** Exercise directions **
Only the lines from the one containing "extrude(amount=-POCKET006_DEPTH, mode=Mode.SUBTRACT)" through the one containing "# Chamfer003" should be printed, exactly as they appear below, with both ends included.

== Segment start ==

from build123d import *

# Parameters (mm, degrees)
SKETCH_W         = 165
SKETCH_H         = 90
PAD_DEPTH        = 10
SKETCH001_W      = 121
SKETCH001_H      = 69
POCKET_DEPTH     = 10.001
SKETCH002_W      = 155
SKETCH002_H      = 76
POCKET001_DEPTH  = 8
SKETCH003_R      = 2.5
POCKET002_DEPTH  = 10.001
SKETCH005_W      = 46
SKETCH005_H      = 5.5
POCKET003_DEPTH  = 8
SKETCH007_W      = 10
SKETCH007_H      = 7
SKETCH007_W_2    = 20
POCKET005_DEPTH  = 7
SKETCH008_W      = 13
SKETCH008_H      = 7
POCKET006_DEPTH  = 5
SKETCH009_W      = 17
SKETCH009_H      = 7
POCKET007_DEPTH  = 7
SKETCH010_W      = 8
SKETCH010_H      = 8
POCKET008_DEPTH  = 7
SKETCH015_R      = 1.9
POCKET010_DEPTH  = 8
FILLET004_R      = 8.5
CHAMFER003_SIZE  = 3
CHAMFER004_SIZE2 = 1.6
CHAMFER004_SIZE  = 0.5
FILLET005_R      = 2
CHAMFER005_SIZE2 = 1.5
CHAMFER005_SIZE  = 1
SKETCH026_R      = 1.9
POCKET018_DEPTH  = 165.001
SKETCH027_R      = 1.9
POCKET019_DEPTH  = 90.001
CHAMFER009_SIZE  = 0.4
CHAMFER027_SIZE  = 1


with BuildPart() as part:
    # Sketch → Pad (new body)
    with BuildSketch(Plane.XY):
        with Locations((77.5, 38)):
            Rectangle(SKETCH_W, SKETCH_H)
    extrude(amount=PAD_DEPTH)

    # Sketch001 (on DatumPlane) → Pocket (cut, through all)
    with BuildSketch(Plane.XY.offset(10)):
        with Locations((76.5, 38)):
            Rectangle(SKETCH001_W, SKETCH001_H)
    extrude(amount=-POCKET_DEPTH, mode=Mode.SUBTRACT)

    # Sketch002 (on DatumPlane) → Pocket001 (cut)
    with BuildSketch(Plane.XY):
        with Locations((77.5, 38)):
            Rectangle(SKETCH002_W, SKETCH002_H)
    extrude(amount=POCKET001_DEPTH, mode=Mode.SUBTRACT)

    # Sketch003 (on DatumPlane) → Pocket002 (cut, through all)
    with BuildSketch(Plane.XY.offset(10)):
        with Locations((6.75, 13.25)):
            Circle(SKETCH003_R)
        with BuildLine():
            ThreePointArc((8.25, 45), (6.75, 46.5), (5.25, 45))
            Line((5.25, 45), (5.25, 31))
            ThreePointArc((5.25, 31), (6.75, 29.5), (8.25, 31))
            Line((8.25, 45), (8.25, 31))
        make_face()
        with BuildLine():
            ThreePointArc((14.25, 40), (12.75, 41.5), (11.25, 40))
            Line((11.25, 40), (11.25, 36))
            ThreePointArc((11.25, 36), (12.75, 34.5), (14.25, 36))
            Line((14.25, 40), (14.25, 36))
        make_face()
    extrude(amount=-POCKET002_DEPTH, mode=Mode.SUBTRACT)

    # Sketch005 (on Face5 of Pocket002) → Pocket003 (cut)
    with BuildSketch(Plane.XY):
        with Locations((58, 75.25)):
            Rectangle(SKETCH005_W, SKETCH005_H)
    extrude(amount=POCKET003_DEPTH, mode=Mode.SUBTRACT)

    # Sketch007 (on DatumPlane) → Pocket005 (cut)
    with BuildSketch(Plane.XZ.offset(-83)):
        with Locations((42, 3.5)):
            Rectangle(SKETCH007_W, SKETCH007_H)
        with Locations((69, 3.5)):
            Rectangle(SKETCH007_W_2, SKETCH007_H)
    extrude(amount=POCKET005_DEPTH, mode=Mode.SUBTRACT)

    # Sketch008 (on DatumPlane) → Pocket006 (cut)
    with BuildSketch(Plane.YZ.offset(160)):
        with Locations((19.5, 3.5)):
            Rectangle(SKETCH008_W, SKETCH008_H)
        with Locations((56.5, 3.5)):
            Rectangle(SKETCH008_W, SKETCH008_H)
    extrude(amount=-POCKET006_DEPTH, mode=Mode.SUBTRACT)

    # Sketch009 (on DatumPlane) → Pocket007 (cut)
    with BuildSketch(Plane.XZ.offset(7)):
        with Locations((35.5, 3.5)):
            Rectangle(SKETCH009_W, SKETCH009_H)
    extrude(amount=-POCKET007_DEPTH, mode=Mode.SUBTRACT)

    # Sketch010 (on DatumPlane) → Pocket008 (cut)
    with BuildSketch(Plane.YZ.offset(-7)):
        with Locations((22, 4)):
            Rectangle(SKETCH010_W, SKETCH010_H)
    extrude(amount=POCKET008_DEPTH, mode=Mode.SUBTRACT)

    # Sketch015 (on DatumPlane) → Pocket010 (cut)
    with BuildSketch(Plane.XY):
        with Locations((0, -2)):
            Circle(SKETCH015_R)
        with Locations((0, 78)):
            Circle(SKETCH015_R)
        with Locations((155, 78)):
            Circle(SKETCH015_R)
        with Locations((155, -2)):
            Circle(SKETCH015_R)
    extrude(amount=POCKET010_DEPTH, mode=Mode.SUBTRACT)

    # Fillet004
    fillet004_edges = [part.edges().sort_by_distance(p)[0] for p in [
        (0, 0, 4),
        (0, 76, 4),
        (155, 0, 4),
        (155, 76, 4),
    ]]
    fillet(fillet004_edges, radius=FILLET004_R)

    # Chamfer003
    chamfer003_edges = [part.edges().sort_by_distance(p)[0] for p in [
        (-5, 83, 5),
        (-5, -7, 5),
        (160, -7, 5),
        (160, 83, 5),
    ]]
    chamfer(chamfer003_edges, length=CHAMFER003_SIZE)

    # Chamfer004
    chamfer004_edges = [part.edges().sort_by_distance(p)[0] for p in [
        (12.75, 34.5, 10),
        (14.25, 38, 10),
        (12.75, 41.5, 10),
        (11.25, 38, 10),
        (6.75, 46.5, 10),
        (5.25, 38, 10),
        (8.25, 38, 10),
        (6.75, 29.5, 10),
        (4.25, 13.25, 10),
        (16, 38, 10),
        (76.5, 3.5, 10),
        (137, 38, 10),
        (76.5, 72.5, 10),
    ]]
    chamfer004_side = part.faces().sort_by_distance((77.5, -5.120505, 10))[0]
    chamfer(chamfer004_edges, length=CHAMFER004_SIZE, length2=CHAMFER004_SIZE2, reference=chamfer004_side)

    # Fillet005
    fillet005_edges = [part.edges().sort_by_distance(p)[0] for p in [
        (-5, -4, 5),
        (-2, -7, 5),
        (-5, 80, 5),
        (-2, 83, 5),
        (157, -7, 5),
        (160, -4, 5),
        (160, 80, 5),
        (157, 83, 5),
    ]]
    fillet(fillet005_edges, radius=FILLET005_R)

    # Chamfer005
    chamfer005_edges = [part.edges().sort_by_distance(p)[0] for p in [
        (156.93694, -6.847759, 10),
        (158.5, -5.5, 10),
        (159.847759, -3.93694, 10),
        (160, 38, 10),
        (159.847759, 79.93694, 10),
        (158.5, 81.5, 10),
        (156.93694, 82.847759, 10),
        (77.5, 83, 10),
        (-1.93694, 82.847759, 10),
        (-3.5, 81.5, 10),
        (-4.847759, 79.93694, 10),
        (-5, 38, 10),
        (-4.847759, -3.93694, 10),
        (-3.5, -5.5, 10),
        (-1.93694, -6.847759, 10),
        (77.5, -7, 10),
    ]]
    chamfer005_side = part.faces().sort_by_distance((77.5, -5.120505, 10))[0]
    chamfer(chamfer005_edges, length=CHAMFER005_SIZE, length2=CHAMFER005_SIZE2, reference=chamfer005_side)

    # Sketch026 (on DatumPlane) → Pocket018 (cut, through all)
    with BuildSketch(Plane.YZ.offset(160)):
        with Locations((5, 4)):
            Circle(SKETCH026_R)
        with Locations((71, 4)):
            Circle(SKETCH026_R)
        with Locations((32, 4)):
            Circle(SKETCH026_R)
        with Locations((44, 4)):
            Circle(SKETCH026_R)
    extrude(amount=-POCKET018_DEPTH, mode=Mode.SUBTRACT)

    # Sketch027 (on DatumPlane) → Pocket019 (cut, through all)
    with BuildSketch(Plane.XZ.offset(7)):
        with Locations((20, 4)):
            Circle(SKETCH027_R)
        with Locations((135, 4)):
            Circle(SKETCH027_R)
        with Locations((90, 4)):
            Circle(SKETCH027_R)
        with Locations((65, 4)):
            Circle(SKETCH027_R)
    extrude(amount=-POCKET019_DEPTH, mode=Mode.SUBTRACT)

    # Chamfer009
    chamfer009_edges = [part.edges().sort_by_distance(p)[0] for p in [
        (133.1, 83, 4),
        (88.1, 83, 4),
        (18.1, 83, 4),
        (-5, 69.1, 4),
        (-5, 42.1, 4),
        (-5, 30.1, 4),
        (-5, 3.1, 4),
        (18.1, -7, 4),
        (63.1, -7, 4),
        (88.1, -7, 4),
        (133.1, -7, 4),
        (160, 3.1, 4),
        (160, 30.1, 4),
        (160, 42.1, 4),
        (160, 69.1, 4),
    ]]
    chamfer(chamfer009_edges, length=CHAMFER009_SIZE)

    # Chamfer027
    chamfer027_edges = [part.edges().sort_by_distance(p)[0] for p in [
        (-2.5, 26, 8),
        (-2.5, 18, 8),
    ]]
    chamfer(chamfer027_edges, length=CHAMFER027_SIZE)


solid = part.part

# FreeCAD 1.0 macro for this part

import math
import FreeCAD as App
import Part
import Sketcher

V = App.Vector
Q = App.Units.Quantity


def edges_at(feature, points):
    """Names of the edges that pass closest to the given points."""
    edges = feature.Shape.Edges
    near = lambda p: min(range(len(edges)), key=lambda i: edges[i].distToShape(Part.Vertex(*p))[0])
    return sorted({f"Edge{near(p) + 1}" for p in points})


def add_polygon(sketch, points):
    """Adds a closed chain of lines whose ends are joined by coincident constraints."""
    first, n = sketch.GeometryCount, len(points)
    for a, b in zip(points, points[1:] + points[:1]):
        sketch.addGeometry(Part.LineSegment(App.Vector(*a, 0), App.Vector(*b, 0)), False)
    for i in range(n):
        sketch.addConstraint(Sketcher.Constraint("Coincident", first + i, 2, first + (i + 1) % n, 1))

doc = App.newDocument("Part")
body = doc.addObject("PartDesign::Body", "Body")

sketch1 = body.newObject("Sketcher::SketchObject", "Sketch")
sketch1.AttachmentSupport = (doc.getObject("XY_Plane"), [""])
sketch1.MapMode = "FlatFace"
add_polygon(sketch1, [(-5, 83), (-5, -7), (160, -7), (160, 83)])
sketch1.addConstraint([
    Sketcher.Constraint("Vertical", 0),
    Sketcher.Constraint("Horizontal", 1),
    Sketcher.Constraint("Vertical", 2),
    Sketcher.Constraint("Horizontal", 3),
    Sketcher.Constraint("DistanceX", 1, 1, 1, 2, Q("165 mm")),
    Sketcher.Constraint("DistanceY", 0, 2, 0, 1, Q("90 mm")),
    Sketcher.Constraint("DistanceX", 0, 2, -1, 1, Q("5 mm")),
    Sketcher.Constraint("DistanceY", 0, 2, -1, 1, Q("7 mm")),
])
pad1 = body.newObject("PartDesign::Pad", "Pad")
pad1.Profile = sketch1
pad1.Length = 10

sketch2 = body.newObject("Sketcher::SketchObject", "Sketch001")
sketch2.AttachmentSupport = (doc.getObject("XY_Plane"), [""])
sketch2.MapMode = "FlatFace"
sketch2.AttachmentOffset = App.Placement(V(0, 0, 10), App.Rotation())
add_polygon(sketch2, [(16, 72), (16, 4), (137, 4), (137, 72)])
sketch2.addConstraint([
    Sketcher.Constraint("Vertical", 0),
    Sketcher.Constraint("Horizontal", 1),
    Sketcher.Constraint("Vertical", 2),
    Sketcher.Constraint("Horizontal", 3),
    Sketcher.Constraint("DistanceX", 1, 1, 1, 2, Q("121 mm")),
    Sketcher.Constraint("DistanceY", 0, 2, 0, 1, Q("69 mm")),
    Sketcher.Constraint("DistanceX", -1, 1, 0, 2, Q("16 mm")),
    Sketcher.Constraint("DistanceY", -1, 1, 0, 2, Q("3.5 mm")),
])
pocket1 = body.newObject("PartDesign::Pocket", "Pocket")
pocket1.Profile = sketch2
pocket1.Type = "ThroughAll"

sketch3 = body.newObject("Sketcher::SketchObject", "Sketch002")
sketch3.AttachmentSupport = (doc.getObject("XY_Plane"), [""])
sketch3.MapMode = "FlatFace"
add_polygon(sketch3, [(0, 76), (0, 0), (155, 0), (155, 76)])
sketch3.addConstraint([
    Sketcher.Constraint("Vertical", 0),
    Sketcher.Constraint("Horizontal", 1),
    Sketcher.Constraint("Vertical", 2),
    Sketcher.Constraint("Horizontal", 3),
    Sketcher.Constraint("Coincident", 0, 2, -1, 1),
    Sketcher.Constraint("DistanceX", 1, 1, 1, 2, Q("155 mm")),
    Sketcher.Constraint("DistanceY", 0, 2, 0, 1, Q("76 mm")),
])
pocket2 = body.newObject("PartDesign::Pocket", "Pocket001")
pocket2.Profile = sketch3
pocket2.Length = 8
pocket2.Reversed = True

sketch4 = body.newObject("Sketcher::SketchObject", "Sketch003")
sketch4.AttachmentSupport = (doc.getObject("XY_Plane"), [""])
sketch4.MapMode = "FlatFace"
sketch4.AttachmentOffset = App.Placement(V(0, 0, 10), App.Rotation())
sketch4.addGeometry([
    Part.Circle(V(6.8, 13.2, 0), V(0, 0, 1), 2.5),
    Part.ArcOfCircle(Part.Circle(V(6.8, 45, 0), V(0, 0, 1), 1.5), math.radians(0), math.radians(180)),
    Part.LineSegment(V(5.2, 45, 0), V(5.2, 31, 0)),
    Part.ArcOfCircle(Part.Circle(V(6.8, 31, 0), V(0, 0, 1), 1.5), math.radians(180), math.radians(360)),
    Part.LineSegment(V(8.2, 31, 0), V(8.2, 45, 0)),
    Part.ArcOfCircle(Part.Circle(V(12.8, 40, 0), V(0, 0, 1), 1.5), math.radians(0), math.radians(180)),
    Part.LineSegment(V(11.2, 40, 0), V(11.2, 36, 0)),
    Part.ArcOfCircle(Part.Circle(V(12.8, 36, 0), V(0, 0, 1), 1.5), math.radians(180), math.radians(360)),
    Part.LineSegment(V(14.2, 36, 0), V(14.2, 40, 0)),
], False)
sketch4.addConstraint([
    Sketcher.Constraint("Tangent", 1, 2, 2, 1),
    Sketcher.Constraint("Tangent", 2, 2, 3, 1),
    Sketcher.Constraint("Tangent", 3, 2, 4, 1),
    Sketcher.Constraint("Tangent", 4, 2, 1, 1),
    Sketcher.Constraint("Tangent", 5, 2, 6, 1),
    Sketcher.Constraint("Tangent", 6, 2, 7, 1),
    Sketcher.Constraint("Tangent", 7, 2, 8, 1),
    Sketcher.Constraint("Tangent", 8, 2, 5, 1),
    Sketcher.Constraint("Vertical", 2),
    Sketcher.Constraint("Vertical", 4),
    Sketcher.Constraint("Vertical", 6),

== Segment end ==

** Output for this exercise **
    extrude(amount=-POCKET006_DEPTH, mode=Mode.SUBTRACT)

    # Sketch009 (on DatumPlane) → Pocket007 (cut)
    with BuildSketch(Plane.XZ.offset(7)):
        with Locations((35.5, 3.5)):
            Rectangle(SKETCH009_W, SKETCH009_H)
    extrude(amount=-POCKET007_DEPTH, mode=Mode.SUBTRACT)

    # Sketch010 (on DatumPlane) → Pocket008 (cut)
    with BuildSketch(Plane.YZ.offset(-7)):
        with Locations((22, 4)):
            Rectangle(SKETCH010_W, SKETCH010_H)
    extrude(amount=POCKET008_DEPTH, mode=Mode.SUBTRACT)

    # Sketch015 (on DatumPlane) → Pocket010 (cut)
    with BuildSketch(Plane.XY):
        with Locations((0, -2)):
            Circle(SKETCH015_R)
        with Locations((0, 78)):
            Circle(SKETCH015_R)
        with Locations((155, 78)):
            Circle(SKETCH015_R)
        with Locations((155, -2)):
            Circle(SKETCH015_R)
    extrude(amount=POCKET010_DEPTH, mode=Mode.SUBTRACT)

    # Fillet004
    fillet004_edges = [part.edges().sort_by_distance(p)[0] for p in [
        (0, 0, 4),
        (0, 76, 4),
        (155, 0, 4),
        (155, 76, 4),
    ]]
    fillet(fillet004_edges, radius=FILLET004_R)

    # Chamfer003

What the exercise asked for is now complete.